— Доброго вам здравия! — И вынул из-под одежды нательный крест, выставив его вперед.
Фигура отделилась от дерева и повернулась к ним анфас.
— Пелагея, мы не сатанисты! Нам очень нужна ваша помощь, чтобы спасти две христианские души. Жену мою и ре…
— Довольно! — проскрипела фигура. — Поболе твоего знаю я о рабе Божьей Ольге и отроке Евгении.
Их веселость как рукой сняло. Если бы не темнота, было бы видно, как побледнел Берроуз, снимающий происходящее.
— Три дня досель оскверняли вы землю бесовскою грязью. Так вы души христианские спасти полагаете?
— Пелагея, мы виноваты, прости нас, Божий человек, Христа ради, — дрожащим голосом сказал Кирилл. — Мы не знали, как по-другому увидеть тебя.
— Пошто крест православный на груди несешь? Отвечай мне! — услышал в ответ Васютин. Голос ее изменился. Он стал тише и зазвучал устрашающе.
— Православный я, крещеный.
— Как можешь чадом Христовым называть себя, когда в скорби помощи у рогатого испрошаешь?
— Помощи у тебя прошу, потому что знаю, что ты людей православных от опасности оберегаешь.
— Я нужна тебе была? Так отчего ж ты в храм Божий не направился, о встрече со мной молиться не стал?
Горячий румянец обжег лицо Кирилла.
— Нет во мне веры, получается, — полушепотом произнес он, и голос его чуть дрогнул. — Прости меня, Пелагея! — хрипло сказал он, шумно сглотнув, будто подавился этим признанием.

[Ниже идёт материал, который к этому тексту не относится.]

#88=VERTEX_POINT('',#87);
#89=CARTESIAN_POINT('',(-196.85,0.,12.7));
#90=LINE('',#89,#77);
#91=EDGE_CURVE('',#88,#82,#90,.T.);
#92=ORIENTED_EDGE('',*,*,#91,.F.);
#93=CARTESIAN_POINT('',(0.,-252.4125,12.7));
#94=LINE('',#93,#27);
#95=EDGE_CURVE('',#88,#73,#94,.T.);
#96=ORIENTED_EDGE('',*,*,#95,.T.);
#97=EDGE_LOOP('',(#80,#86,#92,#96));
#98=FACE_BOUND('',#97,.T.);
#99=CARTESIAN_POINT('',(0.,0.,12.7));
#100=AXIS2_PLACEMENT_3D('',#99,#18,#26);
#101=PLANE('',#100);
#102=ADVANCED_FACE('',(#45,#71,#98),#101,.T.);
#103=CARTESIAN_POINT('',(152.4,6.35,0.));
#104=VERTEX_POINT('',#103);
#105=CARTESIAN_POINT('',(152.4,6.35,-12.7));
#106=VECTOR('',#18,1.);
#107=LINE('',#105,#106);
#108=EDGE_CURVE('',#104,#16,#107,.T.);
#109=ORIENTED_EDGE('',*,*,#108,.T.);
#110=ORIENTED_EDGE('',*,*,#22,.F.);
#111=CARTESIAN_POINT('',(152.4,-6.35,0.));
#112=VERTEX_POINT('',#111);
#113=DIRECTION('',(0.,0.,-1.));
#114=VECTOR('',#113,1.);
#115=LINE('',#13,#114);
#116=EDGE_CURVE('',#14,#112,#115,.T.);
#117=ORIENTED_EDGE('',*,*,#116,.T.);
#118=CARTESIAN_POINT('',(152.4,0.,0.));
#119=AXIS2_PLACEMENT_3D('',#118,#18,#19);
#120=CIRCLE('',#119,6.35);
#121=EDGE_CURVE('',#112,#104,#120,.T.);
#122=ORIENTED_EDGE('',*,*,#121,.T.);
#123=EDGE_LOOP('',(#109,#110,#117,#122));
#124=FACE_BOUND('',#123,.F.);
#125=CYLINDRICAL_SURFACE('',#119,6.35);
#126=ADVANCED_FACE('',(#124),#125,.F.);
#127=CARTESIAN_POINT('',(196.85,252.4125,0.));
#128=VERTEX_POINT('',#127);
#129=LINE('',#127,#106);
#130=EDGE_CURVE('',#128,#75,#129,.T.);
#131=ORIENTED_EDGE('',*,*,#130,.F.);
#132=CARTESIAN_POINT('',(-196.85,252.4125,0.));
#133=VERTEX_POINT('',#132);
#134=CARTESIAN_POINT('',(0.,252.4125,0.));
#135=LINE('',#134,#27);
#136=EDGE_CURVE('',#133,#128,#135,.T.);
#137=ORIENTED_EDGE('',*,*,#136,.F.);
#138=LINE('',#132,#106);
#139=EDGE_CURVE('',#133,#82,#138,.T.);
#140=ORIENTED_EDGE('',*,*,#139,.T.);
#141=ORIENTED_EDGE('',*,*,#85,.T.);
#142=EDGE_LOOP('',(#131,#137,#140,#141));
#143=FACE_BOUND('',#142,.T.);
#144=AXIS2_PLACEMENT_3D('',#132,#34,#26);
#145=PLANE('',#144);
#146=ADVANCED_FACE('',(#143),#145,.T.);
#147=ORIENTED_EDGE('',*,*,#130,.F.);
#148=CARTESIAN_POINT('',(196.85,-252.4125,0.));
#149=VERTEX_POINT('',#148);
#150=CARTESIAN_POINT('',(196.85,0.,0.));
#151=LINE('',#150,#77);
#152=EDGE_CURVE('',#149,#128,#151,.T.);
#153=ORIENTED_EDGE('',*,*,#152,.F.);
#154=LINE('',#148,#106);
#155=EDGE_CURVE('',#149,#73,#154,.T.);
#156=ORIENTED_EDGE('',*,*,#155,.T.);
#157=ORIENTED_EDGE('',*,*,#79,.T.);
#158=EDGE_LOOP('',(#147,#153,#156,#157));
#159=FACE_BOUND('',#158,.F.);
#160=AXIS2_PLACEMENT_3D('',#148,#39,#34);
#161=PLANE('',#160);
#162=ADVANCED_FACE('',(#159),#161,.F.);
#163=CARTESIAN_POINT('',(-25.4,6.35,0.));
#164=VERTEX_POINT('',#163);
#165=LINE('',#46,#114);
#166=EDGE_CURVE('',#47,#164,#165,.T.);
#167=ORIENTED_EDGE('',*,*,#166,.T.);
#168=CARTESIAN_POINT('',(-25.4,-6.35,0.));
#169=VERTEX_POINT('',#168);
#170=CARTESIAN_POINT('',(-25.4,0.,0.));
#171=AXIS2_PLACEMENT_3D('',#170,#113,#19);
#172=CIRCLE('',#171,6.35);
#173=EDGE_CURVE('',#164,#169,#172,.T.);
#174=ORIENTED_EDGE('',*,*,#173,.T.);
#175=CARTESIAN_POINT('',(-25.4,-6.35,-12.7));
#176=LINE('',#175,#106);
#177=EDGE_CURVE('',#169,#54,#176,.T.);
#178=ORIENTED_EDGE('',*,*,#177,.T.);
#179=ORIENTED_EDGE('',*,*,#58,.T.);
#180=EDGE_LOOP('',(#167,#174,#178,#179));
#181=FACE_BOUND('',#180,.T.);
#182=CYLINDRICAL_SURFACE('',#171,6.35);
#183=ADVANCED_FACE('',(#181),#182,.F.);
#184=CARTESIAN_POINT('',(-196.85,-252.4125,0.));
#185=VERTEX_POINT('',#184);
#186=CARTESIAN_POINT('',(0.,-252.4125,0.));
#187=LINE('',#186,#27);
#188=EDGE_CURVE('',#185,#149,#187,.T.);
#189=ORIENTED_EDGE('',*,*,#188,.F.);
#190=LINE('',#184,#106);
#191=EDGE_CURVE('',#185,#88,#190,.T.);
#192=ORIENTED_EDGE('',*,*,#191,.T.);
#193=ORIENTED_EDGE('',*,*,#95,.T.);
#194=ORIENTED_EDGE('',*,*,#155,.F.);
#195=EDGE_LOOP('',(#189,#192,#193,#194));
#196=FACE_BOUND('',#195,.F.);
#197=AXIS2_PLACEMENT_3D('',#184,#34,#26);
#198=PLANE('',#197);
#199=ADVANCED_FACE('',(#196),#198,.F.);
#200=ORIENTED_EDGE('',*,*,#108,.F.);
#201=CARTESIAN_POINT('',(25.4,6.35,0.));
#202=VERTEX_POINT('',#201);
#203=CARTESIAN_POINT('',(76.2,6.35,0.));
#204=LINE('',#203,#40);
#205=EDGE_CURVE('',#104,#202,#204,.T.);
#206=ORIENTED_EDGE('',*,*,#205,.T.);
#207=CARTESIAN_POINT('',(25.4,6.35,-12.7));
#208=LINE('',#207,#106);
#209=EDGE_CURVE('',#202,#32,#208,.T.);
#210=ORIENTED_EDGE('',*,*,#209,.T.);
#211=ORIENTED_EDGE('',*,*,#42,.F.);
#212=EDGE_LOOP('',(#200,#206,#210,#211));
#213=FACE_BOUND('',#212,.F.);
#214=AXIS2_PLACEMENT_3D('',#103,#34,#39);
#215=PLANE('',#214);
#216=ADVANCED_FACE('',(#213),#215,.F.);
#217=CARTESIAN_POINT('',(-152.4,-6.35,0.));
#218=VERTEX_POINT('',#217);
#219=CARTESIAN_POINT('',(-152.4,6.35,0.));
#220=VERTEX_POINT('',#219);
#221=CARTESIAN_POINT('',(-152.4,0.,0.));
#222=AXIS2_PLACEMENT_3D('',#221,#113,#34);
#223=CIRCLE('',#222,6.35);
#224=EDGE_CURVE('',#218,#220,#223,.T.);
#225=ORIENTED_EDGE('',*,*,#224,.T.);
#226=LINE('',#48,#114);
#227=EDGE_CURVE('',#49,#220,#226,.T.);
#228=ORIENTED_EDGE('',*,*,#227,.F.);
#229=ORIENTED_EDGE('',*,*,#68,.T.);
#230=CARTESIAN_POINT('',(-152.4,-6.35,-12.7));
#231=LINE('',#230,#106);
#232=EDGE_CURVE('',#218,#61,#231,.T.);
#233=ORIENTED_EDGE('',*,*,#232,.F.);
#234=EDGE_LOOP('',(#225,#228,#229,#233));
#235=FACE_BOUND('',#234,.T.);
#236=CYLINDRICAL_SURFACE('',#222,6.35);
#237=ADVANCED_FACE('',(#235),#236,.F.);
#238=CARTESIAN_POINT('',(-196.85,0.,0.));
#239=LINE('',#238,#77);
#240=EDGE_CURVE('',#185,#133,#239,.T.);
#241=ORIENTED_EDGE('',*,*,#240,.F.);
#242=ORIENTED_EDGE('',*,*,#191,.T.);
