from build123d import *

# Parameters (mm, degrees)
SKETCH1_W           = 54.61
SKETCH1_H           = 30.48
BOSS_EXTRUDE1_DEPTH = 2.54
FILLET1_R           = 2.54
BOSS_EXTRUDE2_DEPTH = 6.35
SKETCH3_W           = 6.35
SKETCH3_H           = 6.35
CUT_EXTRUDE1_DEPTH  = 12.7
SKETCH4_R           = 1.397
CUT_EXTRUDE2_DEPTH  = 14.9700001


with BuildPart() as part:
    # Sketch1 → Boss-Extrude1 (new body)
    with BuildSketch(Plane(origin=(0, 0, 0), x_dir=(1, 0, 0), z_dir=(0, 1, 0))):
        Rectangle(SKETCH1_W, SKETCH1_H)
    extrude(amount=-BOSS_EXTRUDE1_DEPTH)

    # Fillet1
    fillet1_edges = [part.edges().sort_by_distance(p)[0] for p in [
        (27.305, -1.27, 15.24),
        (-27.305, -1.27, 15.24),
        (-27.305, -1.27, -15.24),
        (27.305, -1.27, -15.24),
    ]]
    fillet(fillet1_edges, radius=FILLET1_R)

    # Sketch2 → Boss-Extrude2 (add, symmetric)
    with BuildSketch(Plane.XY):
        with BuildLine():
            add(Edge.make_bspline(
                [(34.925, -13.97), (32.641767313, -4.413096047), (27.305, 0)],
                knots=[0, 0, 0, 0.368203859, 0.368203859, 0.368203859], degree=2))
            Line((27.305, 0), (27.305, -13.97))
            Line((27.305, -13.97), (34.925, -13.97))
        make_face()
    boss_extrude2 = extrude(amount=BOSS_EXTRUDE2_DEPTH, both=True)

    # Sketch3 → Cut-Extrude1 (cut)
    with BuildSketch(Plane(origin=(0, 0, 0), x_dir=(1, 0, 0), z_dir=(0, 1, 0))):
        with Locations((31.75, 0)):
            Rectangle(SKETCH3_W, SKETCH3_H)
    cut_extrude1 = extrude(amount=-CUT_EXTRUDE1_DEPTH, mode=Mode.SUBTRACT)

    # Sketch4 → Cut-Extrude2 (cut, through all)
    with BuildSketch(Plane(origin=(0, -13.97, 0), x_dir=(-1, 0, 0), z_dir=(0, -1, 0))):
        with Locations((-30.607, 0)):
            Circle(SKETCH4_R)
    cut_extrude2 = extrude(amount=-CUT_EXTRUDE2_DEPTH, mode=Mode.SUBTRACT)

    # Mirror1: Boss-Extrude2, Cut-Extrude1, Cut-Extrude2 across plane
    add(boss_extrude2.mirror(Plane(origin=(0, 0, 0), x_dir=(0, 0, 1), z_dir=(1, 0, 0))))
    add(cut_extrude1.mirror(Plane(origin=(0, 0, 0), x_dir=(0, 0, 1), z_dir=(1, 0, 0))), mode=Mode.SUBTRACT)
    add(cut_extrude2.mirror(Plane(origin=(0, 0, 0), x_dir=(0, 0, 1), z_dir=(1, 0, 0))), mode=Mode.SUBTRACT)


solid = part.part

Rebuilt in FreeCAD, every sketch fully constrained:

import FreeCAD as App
import Part
import Sketcher
Q = App.Units.Quantity


def edges_at(feature, points):
    """Names of the edges that pass closest to the given points."""
    edges = feature.Shape.Edges
    near = lambda p: min(range(len(edges)), key=lambda i: edges[i].distToShape(Part.Vertex(*p))[0])
    return sorted({f"Edge{near(p) + 1}" for p in points})

doc = App.newDocument("Part")
params = doc.addObject("Spreadsheet::Sheet", "Params")
for row, (alias, value) in enumerate([
    ("sketch1_height", "1.2 in"),
    ("sketch1_width", "2.15 in"),
    ("pad1_length", "0.1 in"),
    ("fillet_radius", "0.1 in"),
    ("pad2_length", "0.5 in"),
    ("sketch3_width", "0.25 in"),
    ("pocket1_length", "0.5 in"),
    ("sketch4_diameter", "0.11 in"),
], start=1):
    params.set(f"A{row}", alias)
    params.set(f"B{row}", "=" + value)
    params.setAlias(f"B{row}", alias)

body = doc.addObject("PartDesign::Body", "Body")

# Sketch on XZ plane
sketch1 = body.newObject("Sketcher::SketchObject", "Sketch")
sketch1.AttachmentSupport = (doc.getObject("XZ_Plane"), [""])
sketch1.MapMode = "FlatFace"
sketch1.addGeometry([
    Part.LineSegment(App.Vector(-27, -15, 0), App.Vector(-27, 15, 0)),
    Part.LineSegment(App.Vector(-27, 15, 0), App.Vector(27, 15, 0)),
    Part.LineSegment(App.Vector(27, 15, 0), App.Vector(27, -15, 0)),
    Part.LineSegment(App.Vector(27, -15, 0), App.Vector(-27, -15, 0)),
], False)
sketch1.addConstraint([
    Sketcher.Constraint("Coincident", 0, 2, 1, 1),
    Sketcher.Constraint("Coincident", 1, 2, 2, 1),
    Sketcher.Constraint("Coincident", 2, 2, 3, 1),
    Sketcher.Constraint("Coincident", 3, 2, 0, 1),
    Sketcher.Constraint("Vertical", 0),
    Sketcher.Constraint("Horizontal", 1),
    Sketcher.Constraint("Vertical", 2),
    Sketcher.Constraint("Horizontal", 3),
    Sketcher.Constraint("Symmetric", 0, 2, 2, 2, -1, 1),
    Sketcher.Constraint("DistanceY", 0, 1, 0, 2, Q("1.2 in")),
    Sketcher.Constraint("DistanceX", 1, 1, 1, 2, Q("2.15 in")),
])
sketch1.setExpression("Constraints[9]", "Params.sketch1_height")
sketch1.setExpression("Constraints[10]", "Params.sketch1_width")
pad1 = body.newObject("PartDesign::Pad", "Pad")
pad1.Profile = sketch1
pad1.setExpression("Length", "Params.pad1_length")
doc.recompute()

fillet = body.newObject("PartDesign::Fillet", "Fillet")
fillet.Base = (pad1, edges_at(pad1, [
    (27.305, -1.27, 15.24),
    (-27.305, -1.27, 15.24),
    (-27.305, -1.27, -15.24),
    (27.305, -1.27, -15.24),
]))
fillet.setExpression("Radius", "Params.fillet_radius")

# Sketch on XY plane
sketch2 = body.newObject("Sketcher::SketchObject", "Sketch001")
sketch2.AttachmentSupport = (doc.getObject("XY_Plane"), [""])
sketch2.MapMode = "FlatFace"
sketch2.addGeometry([
    Part.BSplineCurve([App.Vector(34.925, -13.97, 0), App.Vector(32.641767, -4.413096, 0), App.Vector(27.305, 0, 0)], [3, 3], [0, 0.368203859], False, 2, [1, 1, 1], False),
    Part.LineSegment(App.Vector(27.305, 0, 0), App.Vector(27.305, -13.97, 0)),
    Part.LineSegment(App.Vector(27.305, -13.97, 0), App.Vector(34.925, -13.97, 0)),
], False)
sketch2.addConstraint([
    Sketcher.Constraint("Block", 0),
    Sketcher.Constraint("Coincident", 0, 2, 1, 1),
    Sketcher.Constraint("Coincident", 1, 2, 2, 1),
    Sketcher.Constraint("Coincident", 2, 2, 0, 1),
    Sketcher.Constraint("Vertical", 1),
    Sketcher.Constraint("Horizontal", 2),
])
pad2 = body.newObject("PartDesign::Pad", "Pad001")
pad2.Profile = sketch2
pad2.setExpression("Length", "Params.pad2_length")
pad2.Midplane = True

# Sketch on XZ plane
sketch3 = body.newObject("Sketcher::SketchObject", "Sketch002")
sketch3.AttachmentSupport = (doc.getObject("XZ_Plane"), [""])
sketch3.MapMode = "FlatFace"
sketch3.addGeometry([
    Part.LineSegment(App.Vector(29, -3, 0), App.Vector(29, 3, 0)),
    Part.LineSegment(App.Vector(29, 3, 0), App.Vector(35, 3, 0)),
    Part.LineSegment(App.Vector(35, 3, 0), App.Vector(35, -3, 0)),
    Part.LineSegment(App.Vector(35, -3, 0), App.Vector(29, -3, 0)),
], False)
sketch3.addConstraint([
    Sketcher.Constraint("Coincident", 0, 2, 1, 1),
    Sketcher.Constraint("Coincident", 1, 2, 2, 1),
    Sketcher.Constraint("Coincident", 2, 2, 3, 1),
    Sketcher.Constraint("Coincident", 3, 2, 0, 1),
    Sketcher.Constraint("Vertical", 0),
    Sketcher.Constraint("Horizontal", 1),
    Sketcher.Constraint("Vertical", 2),
    Sketcher.Constraint("Horizontal", 3),
    Sketcher.Constraint("Equal", 3, 0),
    Sketcher.Constraint("DistanceX", 1, 1, 1, 2, Q("0.25 in")),
    Sketcher.Constraint("DistanceX", -1, 1, 0, 2, Q("1.125 in")),
    Sketcher.Constraint("DistanceY", -1, 1, 0, 2, Q("0.125 in")),
])
sketch3.setExpression("Constraints[9]", "Params.sketch3_width")
pocket1 = body.newObject("PartDesign::Pocket", "Pocket")
pocket1.Profile = sketch3
pocket1.setExpression("Length", "Params.pocket1_length")
pocket1.Reversed = True

# Sketch on XZ plane
sketch4 = body.newObject("Sketcher::SketchObject", "Sketch003")
sketch4.AttachmentSupport = (doc.getObject("XZ_Plane"), [""])
sketch4.MapMode = "FlatFace"
sketch4.AttachmentOffset = App.Placement(App.Vector(0, 0, 0.55 * 25.4), App.Rotation())
sketch4.addGeometry(Part.Circle(App.Vector(30.6, 0, 0), App.Vector(0, 0, 1), 1.4), False)
sketch4.addConstraint([
    Sketcher.Constraint("PointOnObject", 0, 3, -1),
    Sketcher.Constraint("Diameter", 0, Q("0.11 in")),
    Sketcher.Constraint("DistanceX", -1, 1, 0, 3, Q("1.205 in")),
])
sketch4.setExpression("Constraints[1]", "Params.sketch4_diameter")
pocket2 = body.newObject("PartDesign::Pocket", "Pocket001")
pocket2.Profile = sketch4
pocket2.Type = "ThroughAll"
doc.recompute()

mirrored = body.newObject("PartDesign::Mirrored", "Mirrored")
mirrored.Originals = [pad2, pocket1, pocket2]
mirrored.MirrorPlane = (doc.getObject("YZ_Plane"), [""])
body.Tip = mirrored

doc.recompute()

— Не у меня прощения проси… Кто я такая, чтоб ты умолял?
— Только на тебя надеюсь! — хрипло выдохнул Васютин. И упал на колени перед призрачной старухой, силуэт которой вибрировал в ночной темноте. — Христом Богом прошу, дай мне надежду на спасение семьи!
— Надежду Господь тебе даст, как и всем детям своим, — глухо ответила старуха. — А я не святая… И нечего просить у меня, коли в Спасителя веруешь! У Него и проси! — страшно просипела она и подалась вперед.
Обомлевший канадец, белый как полотно, снимал происходящее, стараясь не отрывать взгляда от дисплея камеры. Через него Ник повидал много невероятного. Но сейчас стрингер снимал нечто такое, что и невероятным назвать было очень тяжело. Скорее это было нечто совершенно невозможное, но при этом происходящее здесь и сейчас. Еще пару минут назад в глубине души они не верили в существование вещуньи, хотя и желали этого. И вот она уже стояла перед ними.
«Верую, верую!» — истово взмолился Васютин, задрав глаза в черное останкинское небо. И хотя ему сильно хотелось приблизиться к старухе, чтобы рассмотреть ее получше, Кирилл справился со своим порывом, оставшись на коленях чуть поодаль от пентаграммы. Старуха ничего не ответила. Лишь озабоченно покосилась на страшный символ, словно ожидая от него беды.